You Have Long-Term Disability Insurance. Do You Really?
Recently, we participated in a mediation with a large national insurer who is showing up more and more in our litigation files. Our client is a thirty-year employee who suffered from a terrible spinal condition and failed back surgery. Three medical treating physicians and an independent medical examiner found her totally disabled. One opined she was incapable of ever working again. She drained her 401(k) to pay her living expenses. She has applied for Social Security and is awaiting a decision.
The insurer denied the claim and has paid nothing for two and a half years while this financial wreckage has ensued.
The insurer’s claim denial was based upon a file review performed by a single East Coast doctor who never examined the insured and was contracted through a national vendor. The national vendor has a contractual relationship with the insurer.
The file reviewer’s report lists the medical evidence she claimed to have reviewed which includes MRIs (both actual images and reports). The file reviewer then opines that the restrictions could not be “substantiated” because there were “no MRI reports” in the file. This is not a misprint – the insurance company doctor lists the MRIs in the reviewed materials portion of the report and then somehow writes that those images do not exist.
Obviously, the denial is made in bad faith and is particularly sloppy.

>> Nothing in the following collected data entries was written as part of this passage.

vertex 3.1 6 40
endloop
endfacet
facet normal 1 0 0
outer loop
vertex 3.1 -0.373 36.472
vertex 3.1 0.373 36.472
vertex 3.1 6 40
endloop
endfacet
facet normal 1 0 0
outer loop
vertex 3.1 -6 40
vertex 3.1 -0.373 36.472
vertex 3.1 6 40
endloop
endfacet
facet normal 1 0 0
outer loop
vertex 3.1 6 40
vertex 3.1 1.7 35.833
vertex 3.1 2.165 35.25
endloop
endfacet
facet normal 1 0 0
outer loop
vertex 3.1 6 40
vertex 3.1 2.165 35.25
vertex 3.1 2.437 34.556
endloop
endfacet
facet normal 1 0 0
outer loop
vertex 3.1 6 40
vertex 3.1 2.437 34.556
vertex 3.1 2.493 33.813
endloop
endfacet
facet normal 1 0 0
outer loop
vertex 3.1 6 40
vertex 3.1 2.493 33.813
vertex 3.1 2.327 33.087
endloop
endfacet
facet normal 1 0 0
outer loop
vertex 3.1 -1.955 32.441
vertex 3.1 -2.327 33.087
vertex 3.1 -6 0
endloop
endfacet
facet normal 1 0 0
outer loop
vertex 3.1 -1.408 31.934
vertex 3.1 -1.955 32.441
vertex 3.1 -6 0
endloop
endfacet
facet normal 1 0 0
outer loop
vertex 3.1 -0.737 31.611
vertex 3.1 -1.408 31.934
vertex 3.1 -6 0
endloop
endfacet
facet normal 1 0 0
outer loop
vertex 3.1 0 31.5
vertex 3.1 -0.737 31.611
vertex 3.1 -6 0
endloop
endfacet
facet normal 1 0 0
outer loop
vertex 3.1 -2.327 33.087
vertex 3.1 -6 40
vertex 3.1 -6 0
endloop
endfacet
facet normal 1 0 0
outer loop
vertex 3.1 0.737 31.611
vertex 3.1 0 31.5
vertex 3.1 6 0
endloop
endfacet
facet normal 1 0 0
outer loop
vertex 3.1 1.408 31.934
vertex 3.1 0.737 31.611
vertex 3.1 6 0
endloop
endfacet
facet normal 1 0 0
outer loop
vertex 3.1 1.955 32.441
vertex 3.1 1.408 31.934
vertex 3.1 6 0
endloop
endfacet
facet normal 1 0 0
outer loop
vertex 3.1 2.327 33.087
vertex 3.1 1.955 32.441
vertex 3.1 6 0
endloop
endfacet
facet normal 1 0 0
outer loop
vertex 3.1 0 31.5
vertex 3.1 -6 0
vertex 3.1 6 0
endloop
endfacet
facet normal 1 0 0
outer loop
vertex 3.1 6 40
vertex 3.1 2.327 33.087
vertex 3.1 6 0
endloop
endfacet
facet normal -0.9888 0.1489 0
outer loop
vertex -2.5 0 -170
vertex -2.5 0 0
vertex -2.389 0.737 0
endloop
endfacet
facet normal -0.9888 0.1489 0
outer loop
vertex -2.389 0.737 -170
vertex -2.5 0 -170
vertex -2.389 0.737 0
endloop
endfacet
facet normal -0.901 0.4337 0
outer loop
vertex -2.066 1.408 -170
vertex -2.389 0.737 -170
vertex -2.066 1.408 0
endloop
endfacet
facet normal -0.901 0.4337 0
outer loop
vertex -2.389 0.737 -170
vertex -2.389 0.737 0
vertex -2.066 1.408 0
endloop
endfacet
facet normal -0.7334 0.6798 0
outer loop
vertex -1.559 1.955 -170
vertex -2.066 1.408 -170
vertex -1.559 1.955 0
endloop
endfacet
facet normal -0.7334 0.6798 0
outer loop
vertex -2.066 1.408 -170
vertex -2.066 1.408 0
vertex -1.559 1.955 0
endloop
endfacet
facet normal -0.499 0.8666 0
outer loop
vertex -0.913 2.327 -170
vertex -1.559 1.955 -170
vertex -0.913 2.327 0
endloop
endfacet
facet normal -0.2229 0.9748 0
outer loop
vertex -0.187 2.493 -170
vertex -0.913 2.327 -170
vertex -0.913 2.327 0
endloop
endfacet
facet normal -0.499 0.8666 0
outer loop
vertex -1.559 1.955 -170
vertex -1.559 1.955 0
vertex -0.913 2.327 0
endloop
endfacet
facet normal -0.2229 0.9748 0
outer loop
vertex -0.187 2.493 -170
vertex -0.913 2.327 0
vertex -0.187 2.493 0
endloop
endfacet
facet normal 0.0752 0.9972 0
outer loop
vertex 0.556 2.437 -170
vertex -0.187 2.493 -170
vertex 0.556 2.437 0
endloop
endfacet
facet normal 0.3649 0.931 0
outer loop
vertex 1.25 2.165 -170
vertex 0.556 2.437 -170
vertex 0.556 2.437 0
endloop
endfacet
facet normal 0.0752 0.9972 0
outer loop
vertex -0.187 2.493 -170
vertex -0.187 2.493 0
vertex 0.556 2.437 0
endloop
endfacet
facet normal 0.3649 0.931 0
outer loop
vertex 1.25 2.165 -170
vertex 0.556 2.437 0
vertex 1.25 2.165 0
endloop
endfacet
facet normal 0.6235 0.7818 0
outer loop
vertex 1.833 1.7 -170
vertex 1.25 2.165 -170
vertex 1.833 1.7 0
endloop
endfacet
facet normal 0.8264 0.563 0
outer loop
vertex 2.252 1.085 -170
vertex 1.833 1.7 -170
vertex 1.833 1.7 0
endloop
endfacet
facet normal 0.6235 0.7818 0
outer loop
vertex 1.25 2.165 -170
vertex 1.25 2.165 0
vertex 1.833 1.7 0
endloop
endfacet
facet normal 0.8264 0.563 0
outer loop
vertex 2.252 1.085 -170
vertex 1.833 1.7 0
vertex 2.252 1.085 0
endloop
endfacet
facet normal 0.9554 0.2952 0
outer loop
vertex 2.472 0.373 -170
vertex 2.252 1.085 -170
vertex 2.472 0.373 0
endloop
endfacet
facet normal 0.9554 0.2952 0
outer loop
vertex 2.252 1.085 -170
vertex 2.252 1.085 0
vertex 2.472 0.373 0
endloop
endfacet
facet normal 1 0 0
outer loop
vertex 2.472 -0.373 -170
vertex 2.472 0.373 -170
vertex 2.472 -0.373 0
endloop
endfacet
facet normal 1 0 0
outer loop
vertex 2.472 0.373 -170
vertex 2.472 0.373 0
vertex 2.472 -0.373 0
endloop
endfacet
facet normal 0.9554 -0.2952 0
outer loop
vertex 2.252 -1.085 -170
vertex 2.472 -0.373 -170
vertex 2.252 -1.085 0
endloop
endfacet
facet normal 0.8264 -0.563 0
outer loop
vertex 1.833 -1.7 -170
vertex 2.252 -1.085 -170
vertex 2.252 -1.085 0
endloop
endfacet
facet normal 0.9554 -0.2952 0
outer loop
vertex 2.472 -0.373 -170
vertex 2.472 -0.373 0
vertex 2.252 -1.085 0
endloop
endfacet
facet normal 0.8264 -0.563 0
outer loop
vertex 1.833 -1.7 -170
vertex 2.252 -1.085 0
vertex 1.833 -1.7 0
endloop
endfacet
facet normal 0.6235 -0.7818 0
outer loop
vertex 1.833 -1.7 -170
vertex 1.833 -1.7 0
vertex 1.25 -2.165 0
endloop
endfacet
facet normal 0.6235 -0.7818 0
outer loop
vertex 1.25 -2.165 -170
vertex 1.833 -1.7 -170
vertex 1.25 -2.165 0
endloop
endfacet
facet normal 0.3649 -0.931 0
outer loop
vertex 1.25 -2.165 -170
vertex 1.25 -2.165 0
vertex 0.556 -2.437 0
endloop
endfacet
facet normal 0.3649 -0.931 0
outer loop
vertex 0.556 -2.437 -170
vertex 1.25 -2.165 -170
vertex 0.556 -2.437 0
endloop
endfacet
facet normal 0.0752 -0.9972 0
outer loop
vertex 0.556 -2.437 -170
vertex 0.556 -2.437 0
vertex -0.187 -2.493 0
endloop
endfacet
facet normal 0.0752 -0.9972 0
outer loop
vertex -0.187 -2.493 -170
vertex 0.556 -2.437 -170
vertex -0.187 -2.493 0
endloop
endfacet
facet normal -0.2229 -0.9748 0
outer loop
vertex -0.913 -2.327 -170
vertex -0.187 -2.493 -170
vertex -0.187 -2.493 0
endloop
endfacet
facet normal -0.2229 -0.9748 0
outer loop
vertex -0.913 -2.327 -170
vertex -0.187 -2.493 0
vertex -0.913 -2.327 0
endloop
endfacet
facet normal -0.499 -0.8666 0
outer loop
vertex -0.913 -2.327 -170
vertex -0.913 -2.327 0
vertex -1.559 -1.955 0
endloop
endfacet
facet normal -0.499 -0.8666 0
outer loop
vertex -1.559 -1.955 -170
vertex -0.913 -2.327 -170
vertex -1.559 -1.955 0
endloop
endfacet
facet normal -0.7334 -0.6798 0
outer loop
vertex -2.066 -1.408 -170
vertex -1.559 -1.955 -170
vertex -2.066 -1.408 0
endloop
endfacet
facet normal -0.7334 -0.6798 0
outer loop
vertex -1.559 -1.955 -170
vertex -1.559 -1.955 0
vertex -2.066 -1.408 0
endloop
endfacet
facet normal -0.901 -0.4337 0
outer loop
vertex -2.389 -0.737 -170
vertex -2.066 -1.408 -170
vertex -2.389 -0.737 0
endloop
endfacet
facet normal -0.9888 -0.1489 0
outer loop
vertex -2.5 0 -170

At mediation, the insurer who has paid nothing now argues that the insured should get a mere stipend of because her “estimated” disability income is really the responsibility of the Social Security Administration, and the insurer merely provides a secondary benefit. We told the insurer to take a hike, and we will fight to get the decision and try to set precedent.
Unfortunately, this is the typical scenario in an ERISA group long-term disability case today.
More and more, private disability insurers who collect hundreds of millions in premiums are basically turning over the financial responsibility to the federal government to re-insure these private insurance contracts. Disability insurance companies argue this other income “offsetting” is keeping insurance rates low, but what they omit mention of is that this same “low-rate insurance” is not really insurance at all. All the insured has purchased is the right to apply for Social Security and maybe get a small stipend from the insurer.
The insurers have figured this out. The long-term disability contracts require an application to Social Security to get benefits flowing from the federal government, regardless of whether the insured even qualifies. Long-term disability contracts typically contain a 180-day waiting period (the same as Social Security). These same long-term disability contracts contain a “minimum” benefit usually of $100 per month.
Why do the insurance companies pay a $100 per month? Disability insurers know that an employee earning $40,000.00 a year with one or more dependents is really is never going to collect much private disability insurance, and if they don’t pay just a little something to the insured, the contract will fail for want of consideration. In other words, the contract will fail because the insured is getting nothing in return.
So, you have a long-term disability insurance contract, but do you really have any insurance coverage?